# Lightroom encountered an error when reading from its preview cache and needs to quit



## janrif (Jul 16, 2012)

Using LR4.1
Wn7 64 OS

Situation:


Had a system crash  (pilot error)
Restarting LR displays ""Lightroom encountered an error when reading from its preview cache and needs to quit. Lightroom will attempt to fix this problem the next time it launches."
I tried re-starting LR several times to see if LR could cure the error, no dice
Reading other posts on the subject, I deleted the preview folder w contents
Restarting LR displays same error

I assume I have to have LR re-build previews but can't if LR continues to force a shut down. 

Now what? 
Thanks very much.


----------



## missingelement (Jul 17, 2012)

Did you delete you cache folder or your preview file with your catalog?


----------



## janrif (Jul 18, 2012)

preview file with catalog


----------



## Victoria Bampton (Jul 18, 2012)

Hi janrif, welcome to the forum!

Try moving the catalog to a new location before you rebuild the previews.  I've seen it give false error messages once in a blue moon.


----------



## janrif (Jul 18, 2012)

Thanks Victoria. 
Too late. 
I keep my catalog on drop box but should probably change move it to a HD w backup to drop box. 
Does preview folder have to be in same location, i.e. side by side w catalog dB?


----------



## b_gossweiler (Jul 18, 2012)

janrif said:


> Thanks Victoria.
> Too late.
> I keep my catalog on drop box but should probably change move it to a HD w backup to drop box.
> Does preview folder have to be in same location, i.e. side by side w catalog dB?



Yes.

Beat


----------



## Stace Hart (Jul 1, 2015)

hi guys I have just encountered this problem on my LR 5.6version. any idea how I can open my old catalog, as I have just recently been away.

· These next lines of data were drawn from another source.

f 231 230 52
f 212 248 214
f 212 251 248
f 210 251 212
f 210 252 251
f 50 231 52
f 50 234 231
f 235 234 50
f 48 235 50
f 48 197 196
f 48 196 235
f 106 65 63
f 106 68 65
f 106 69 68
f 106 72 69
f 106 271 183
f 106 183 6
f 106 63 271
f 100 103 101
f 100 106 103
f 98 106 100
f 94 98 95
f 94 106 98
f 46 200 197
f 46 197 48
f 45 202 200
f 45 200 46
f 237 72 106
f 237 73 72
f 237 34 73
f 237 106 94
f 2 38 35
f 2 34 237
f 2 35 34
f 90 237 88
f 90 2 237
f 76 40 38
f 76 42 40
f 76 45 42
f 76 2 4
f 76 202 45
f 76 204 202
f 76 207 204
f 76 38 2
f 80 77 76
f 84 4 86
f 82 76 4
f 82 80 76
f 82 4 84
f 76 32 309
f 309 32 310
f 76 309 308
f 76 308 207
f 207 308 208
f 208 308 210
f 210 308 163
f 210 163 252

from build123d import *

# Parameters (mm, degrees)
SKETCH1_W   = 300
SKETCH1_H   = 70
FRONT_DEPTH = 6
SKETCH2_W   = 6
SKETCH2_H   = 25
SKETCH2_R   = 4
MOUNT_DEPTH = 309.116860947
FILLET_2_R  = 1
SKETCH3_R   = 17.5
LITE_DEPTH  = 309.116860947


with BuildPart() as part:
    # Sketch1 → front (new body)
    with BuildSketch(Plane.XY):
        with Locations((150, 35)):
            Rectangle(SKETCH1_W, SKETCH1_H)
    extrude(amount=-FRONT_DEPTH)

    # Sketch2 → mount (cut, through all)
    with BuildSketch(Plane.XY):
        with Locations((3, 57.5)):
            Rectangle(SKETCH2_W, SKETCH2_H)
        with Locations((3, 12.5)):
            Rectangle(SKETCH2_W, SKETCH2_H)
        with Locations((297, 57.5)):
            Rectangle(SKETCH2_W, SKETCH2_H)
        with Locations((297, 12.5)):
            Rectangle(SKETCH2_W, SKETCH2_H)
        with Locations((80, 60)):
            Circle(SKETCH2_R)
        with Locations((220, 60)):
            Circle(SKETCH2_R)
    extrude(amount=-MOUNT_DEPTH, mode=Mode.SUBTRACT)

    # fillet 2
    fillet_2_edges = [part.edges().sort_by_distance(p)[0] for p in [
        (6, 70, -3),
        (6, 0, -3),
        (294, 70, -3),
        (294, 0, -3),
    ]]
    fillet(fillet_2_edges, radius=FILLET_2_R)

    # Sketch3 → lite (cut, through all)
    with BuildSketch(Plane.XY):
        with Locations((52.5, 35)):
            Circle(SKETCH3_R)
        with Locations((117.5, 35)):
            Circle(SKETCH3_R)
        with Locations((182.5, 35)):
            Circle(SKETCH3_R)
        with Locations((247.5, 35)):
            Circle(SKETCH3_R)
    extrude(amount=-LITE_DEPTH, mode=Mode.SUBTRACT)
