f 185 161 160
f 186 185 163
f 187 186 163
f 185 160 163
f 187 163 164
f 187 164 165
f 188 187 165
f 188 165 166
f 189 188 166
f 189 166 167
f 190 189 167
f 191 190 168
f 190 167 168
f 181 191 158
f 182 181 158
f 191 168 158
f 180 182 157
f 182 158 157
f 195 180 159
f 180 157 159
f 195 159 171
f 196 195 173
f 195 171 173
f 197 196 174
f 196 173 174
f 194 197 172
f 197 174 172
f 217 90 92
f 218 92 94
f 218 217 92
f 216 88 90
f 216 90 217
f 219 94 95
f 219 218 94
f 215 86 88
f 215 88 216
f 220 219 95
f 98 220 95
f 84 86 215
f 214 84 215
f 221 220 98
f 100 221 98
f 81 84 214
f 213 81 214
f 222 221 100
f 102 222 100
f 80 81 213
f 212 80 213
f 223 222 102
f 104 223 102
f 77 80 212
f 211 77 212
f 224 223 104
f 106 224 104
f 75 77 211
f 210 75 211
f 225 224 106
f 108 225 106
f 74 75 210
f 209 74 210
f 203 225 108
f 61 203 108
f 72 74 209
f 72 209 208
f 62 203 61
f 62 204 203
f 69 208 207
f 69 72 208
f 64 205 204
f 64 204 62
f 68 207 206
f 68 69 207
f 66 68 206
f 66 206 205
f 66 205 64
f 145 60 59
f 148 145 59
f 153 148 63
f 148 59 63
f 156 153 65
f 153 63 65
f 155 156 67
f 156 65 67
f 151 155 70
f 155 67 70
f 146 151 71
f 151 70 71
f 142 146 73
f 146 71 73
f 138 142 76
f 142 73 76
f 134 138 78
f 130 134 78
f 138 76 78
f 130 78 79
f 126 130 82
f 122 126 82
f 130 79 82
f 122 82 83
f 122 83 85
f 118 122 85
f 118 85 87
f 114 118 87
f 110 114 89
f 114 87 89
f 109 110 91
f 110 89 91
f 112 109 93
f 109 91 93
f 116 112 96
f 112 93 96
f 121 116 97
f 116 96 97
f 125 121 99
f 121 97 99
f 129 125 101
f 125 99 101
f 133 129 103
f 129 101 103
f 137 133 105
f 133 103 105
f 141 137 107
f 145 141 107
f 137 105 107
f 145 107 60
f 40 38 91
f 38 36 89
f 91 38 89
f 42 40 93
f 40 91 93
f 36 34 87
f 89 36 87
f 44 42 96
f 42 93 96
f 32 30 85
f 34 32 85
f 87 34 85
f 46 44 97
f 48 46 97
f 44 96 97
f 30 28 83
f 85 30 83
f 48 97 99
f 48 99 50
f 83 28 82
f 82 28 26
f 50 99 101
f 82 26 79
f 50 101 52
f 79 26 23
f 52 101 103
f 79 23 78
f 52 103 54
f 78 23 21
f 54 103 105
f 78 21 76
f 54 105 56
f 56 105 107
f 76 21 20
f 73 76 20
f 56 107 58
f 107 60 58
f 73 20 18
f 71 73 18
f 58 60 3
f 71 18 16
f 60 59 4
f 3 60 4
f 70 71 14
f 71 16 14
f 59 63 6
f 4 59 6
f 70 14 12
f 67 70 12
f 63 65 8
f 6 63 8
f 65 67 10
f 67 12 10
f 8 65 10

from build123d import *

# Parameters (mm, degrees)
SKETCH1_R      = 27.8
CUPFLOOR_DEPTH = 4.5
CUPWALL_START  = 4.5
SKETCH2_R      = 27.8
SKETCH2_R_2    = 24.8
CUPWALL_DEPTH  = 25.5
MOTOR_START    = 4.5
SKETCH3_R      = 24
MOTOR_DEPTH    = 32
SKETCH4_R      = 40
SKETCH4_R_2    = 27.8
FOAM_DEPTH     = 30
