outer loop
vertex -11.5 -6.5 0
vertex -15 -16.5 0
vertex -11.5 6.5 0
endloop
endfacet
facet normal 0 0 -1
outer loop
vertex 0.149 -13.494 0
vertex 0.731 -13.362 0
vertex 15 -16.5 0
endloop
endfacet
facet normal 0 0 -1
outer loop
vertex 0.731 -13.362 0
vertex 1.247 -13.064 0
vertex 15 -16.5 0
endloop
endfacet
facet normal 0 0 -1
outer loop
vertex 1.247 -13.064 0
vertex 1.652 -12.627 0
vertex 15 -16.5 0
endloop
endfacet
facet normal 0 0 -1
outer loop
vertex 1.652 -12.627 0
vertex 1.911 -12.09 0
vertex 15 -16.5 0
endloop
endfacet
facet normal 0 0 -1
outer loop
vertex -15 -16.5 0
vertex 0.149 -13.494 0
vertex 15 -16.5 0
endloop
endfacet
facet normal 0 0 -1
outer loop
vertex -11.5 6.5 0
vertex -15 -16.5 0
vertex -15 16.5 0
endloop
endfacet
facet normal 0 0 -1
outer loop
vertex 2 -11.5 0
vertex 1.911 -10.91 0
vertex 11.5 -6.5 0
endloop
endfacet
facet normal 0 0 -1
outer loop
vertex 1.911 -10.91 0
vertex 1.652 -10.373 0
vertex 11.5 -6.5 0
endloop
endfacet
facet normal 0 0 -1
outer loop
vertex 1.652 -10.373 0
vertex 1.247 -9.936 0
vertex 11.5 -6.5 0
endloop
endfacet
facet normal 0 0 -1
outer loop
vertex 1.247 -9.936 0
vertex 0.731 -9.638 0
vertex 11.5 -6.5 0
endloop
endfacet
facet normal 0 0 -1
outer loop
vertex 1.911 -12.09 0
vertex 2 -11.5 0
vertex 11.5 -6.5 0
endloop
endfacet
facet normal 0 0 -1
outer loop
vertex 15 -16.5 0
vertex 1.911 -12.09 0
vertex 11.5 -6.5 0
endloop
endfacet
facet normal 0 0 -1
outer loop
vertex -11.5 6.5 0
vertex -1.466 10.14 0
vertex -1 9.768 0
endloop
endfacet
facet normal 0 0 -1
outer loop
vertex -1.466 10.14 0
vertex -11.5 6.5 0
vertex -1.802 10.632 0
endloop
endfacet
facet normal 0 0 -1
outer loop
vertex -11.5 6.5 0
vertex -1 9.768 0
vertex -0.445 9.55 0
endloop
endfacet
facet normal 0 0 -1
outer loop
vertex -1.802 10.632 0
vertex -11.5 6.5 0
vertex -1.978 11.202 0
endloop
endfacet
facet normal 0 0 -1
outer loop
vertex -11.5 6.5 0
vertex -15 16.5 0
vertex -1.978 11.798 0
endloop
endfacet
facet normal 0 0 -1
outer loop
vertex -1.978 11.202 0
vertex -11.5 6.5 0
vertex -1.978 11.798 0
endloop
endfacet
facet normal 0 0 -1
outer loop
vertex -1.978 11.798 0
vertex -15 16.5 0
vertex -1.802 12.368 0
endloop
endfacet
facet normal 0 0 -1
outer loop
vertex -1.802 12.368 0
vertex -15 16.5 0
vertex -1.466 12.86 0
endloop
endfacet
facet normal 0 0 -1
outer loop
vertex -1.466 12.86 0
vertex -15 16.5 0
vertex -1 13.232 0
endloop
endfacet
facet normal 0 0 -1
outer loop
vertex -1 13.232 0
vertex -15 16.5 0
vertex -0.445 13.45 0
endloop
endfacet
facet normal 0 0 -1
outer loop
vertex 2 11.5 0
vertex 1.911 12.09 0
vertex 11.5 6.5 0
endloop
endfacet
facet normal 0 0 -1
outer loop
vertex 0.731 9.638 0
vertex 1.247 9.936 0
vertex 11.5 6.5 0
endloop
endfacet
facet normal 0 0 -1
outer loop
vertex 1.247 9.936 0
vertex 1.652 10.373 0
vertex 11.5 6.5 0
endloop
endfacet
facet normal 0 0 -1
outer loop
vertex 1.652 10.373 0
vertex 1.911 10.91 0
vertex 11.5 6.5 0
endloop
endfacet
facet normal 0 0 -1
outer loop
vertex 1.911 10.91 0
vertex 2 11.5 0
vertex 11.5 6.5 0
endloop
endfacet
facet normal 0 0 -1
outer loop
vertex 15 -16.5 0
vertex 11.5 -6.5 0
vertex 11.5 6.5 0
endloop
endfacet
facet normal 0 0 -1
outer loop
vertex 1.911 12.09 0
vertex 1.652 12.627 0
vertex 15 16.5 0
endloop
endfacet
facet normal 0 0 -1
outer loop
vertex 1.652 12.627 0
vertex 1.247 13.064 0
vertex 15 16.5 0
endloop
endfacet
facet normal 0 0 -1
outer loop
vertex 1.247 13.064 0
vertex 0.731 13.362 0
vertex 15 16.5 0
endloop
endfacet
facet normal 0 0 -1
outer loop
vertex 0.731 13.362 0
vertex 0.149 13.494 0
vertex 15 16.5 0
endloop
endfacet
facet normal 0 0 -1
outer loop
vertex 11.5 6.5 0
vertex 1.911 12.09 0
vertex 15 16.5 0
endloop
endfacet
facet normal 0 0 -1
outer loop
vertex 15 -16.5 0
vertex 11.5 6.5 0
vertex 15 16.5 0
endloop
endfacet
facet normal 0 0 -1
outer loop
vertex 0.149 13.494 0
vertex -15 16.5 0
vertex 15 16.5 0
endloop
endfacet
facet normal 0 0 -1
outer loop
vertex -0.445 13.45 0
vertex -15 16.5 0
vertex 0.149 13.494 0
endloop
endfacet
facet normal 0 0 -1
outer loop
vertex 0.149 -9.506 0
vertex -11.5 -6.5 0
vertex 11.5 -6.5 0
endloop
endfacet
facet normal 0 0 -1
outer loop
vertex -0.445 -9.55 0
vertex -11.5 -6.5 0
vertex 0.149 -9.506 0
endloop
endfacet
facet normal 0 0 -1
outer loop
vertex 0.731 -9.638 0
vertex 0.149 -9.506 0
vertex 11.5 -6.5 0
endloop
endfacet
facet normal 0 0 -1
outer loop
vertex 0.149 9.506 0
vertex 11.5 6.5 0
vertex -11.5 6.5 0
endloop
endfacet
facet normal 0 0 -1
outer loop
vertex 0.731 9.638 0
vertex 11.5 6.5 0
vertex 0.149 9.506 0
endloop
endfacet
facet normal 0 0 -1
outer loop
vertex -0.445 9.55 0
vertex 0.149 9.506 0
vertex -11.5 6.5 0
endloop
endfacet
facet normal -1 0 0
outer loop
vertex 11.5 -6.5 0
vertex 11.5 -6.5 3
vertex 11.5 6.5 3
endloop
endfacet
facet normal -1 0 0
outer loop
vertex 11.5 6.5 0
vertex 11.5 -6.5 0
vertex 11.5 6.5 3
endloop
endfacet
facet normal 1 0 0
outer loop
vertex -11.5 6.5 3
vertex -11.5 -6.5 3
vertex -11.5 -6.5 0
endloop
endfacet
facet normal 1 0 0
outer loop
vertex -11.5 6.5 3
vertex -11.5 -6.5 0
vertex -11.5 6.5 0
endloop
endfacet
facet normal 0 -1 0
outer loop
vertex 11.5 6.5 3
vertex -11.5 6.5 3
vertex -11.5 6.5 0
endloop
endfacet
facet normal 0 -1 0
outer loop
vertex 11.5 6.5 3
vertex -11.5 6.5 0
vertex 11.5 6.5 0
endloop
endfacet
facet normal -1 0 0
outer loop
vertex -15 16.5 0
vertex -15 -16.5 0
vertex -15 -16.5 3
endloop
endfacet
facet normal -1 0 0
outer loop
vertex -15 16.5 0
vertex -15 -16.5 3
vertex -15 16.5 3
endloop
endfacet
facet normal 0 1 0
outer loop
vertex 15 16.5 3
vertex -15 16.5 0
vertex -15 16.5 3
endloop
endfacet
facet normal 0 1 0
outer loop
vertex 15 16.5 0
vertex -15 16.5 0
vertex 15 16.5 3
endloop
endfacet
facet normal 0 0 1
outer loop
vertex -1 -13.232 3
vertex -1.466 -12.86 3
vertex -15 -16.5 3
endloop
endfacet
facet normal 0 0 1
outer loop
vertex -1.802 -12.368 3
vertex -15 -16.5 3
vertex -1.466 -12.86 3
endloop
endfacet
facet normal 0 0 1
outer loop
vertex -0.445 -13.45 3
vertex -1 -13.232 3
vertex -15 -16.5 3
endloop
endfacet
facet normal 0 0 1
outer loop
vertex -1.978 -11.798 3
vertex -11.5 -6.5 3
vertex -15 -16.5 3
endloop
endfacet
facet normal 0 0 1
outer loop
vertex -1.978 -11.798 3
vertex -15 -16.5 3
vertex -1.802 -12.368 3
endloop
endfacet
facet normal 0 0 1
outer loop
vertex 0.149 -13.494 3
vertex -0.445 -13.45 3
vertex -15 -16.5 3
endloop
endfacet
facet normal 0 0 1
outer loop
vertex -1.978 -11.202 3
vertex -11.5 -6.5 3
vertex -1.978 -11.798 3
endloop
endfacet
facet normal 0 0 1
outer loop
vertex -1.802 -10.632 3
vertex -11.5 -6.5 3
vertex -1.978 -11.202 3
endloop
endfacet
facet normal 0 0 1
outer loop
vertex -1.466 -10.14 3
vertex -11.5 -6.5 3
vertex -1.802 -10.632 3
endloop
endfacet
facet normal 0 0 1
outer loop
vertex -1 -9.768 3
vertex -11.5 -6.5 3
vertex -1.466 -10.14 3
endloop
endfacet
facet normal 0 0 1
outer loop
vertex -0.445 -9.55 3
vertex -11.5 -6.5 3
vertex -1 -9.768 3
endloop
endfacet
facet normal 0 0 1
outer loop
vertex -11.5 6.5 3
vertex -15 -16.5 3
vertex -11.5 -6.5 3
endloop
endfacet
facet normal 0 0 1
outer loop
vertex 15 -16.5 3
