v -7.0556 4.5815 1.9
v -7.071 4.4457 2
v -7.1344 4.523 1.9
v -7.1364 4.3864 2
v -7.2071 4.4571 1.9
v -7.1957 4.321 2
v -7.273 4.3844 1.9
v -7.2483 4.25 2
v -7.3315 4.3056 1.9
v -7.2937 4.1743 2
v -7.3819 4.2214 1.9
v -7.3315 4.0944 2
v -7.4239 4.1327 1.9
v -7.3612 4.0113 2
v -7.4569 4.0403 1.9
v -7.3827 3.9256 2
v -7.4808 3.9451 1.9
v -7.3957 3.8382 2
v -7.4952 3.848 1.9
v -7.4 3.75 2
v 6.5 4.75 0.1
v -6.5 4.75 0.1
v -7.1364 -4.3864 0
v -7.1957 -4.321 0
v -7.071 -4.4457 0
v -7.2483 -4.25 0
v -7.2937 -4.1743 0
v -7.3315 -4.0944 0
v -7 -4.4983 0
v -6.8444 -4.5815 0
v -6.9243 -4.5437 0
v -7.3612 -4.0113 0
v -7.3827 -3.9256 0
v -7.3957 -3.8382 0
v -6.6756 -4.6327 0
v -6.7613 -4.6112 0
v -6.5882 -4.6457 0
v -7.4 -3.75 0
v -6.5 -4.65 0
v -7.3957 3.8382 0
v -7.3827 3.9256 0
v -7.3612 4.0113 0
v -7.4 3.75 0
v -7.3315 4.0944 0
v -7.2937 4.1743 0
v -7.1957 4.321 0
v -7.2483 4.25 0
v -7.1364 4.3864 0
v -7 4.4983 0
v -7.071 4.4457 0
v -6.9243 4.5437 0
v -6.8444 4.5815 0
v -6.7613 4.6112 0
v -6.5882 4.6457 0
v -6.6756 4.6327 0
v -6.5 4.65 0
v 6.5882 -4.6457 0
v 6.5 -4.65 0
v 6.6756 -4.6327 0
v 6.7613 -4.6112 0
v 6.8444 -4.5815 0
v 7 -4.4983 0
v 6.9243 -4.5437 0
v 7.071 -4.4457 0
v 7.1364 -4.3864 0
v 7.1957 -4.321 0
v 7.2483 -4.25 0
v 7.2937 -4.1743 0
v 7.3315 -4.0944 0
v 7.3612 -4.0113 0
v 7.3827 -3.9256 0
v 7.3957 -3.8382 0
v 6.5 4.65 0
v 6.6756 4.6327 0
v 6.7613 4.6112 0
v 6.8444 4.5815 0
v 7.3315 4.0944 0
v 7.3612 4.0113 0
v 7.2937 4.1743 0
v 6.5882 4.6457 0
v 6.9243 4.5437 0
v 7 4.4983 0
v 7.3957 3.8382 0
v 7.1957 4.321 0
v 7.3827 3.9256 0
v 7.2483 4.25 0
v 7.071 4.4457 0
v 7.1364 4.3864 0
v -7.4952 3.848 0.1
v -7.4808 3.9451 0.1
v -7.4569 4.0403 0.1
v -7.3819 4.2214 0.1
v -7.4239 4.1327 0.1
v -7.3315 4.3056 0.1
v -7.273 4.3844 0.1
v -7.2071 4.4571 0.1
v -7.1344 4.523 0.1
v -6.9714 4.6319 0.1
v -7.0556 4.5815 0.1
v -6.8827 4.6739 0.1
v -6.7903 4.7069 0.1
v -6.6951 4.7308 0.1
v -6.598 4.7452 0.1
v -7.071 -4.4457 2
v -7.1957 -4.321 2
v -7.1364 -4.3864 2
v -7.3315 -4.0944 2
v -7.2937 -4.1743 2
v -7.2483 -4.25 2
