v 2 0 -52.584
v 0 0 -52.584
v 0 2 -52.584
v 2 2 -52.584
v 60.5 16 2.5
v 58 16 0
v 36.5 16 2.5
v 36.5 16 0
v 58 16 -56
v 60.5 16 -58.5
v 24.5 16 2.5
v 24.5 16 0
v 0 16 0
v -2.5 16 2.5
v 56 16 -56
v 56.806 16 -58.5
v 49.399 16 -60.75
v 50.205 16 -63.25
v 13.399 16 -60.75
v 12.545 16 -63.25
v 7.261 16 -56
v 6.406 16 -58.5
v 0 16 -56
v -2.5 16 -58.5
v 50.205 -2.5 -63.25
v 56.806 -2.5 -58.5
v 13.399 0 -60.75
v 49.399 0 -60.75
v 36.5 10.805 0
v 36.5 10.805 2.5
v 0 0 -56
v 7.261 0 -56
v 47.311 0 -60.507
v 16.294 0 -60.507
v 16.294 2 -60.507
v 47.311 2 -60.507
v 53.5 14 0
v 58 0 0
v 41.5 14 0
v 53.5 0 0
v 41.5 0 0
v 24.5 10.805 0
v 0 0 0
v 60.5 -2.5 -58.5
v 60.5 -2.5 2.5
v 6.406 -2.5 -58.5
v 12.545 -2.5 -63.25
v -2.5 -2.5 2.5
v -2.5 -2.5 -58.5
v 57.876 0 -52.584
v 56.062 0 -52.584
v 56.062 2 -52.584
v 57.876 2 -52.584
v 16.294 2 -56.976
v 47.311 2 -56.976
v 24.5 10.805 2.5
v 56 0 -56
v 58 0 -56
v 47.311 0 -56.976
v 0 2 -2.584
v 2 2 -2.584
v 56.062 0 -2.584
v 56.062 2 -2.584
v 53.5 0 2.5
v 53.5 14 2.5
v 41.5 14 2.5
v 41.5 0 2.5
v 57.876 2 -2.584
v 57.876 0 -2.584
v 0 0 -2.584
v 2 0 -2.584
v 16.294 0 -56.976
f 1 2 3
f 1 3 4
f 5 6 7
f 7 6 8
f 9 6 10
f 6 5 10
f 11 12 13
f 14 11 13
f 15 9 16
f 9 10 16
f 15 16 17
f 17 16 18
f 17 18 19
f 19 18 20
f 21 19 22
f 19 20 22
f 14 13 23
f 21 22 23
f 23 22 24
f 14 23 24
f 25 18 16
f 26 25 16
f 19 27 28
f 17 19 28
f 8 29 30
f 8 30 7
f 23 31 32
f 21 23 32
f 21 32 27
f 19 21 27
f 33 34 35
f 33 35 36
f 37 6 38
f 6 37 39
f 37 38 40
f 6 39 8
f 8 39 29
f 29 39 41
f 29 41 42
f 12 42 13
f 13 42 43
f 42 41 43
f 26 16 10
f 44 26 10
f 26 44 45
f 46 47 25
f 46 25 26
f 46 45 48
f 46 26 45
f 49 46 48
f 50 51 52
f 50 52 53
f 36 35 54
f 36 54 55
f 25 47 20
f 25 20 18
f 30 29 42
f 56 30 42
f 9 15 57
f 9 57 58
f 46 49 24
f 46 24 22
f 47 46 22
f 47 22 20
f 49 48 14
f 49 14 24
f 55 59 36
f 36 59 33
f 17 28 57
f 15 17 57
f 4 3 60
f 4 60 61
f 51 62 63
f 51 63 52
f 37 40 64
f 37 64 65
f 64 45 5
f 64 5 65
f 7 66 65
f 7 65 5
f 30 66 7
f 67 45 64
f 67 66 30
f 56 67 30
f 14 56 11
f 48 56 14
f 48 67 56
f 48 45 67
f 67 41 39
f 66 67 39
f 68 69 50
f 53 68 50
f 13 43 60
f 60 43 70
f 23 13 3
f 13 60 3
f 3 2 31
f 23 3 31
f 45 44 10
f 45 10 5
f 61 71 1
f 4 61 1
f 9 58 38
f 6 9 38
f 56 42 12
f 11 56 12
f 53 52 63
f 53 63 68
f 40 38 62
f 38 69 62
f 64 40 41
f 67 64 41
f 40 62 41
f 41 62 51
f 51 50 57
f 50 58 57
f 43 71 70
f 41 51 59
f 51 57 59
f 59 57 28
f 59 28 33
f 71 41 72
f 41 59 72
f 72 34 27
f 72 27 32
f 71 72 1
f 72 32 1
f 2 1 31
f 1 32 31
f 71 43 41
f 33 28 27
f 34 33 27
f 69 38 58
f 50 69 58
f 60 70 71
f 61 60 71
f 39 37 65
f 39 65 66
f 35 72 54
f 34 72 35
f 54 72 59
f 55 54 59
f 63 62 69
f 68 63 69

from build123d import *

# Parameters (mm, degrees)
BOSS_EXTRUDE1_DEPTH = 16
SHELL1_T            = 2.5
SKETCH2_W           = 12
SKETCH2_H           = 14
SKETCH2_H_2         = 5.195244662
CUT_EXTRUDE1_DEPTH  = 4
SKETCH3_W           = 2
SKETCH3_H           = 50
SKETCH3_W_2         = 1.814522713
BOSS_EXTRUDE2_DEPTH = 2
SKETCH4_W           = 31.017616101
SKETCH4_H           = 3.530460369
BOSS_EXTRUDE3_DEPTH = 2


with BuildPart() as part:
    # Sketch1 → Boss-Extrude1 (new body)
    with BuildSketch(Plane(origin=(0, 0, 0), x_dir=(1, 0, 0), z_dir=(0, 1, 0))):
        Polygon((0, 0), (0, 56), (7.260584432, 56), (13.399361706, 60.750217247), (49.399361706, 60.750217247), (56, 56), (58, 56), (58, 0), align=None)
    extrude(amount=BOSS_EXTRUDE1_DEPTH)

    # Shell1
    shell1_openings = [part.faces().sort_by_distance(p)[0] for p in [
        (29.147078279, 16, -29.765448683),
    ]]
    offset(amount=SHELL1_T, openings=shell1_openings, kind=Kind.INTERSECTION)

    # Sketch2 → Cut-Extrude1 (cut)
    with BuildSketch(Plane(origin=(0, 0, 0), x_dir=(-1, 0, 0), z_dir=(0, 0, -1))):
        with Locations((-47.5, 7)):
            Rectangle(SKETCH2_W, SKETCH2_H)
        with Locations((-30.5, 13.402377669)):
            Rectangle(SKETCH2_W, SKETCH2_H_2)
    extrude(amount=-CUT_EXTRUDE1_DEPTH, mode=Mode.SUBTRACT)

    # Sketch3 → Boss-Extrude2 (add)
    with BuildSketch(Plane(origin=(0, 0, 0), x_dir=(1, 0, 0), z_dir=(0, 1, 0))):
        with Locations((1, 27.58353092)):
            Rectangle(SKETCH3_W, SKETCH3_H)
        with Locations((56.968981121, 27.58353092)):
            Rectangle(SKETCH3_W_2, SKETCH3_H)
    extrude(amount=BOSS_EXTRUDE2_DEPTH)

    # Sketch4 → Boss-Extrude3 (add)
    with BuildSketch(Plane(origin=(0, 0, 0), x_dir=(1, 0, 0), z_dir=(0, 1, 0))):
        with Locations((31.80262956, 58.741489624)):
            Rectangle(SKETCH4_W, SKETCH4_H)
    extrude(amount=BOSS_EXTRUDE3_DEPTH)


solid = part.part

It has never happened before in the 2 years I have been using lightroom. so im kinda stumped. Cheers


----------



## clee01l (Jul 1, 2015)

Stace Hart said:


> hi guys I have just encountered this problem on my LR 5.6version. any idea how I can open my old catalog, as I have just recently been away. It has never happened before in the 2 years I have been using lightroom. so im kinda stumped. Cheers


Welcome to the forum.
The problem being discussed here was a corrupted Previews folder with a specific error message.  Is that your problem too?  Or is your LR catalog simply failing to open (possibly due to not being closed properly)?


----------



## Stace Hart (Jul 1, 2015)

clee01l said:


> Welcome to the forum.
> The problem being discussed here was a corrupted Previews folder with a specific error message.  Is that your problem too?  Or is your LR catalog simply failing to open (possibly due to not being closed properly)?



Same problem


----------



## Jim Wilde (Jul 1, 2015)

Have you tried deleting the previews cache? In the same folder as the catalog will be the previews cache, which is a folder with the same first part of the catalog name, and ending with "Previews.lrdata". Rename this folder, then start Lightroom, which should start OK. A new previews cache will be created automatically, after which you can delete the corrupted renamed previews cache.


----------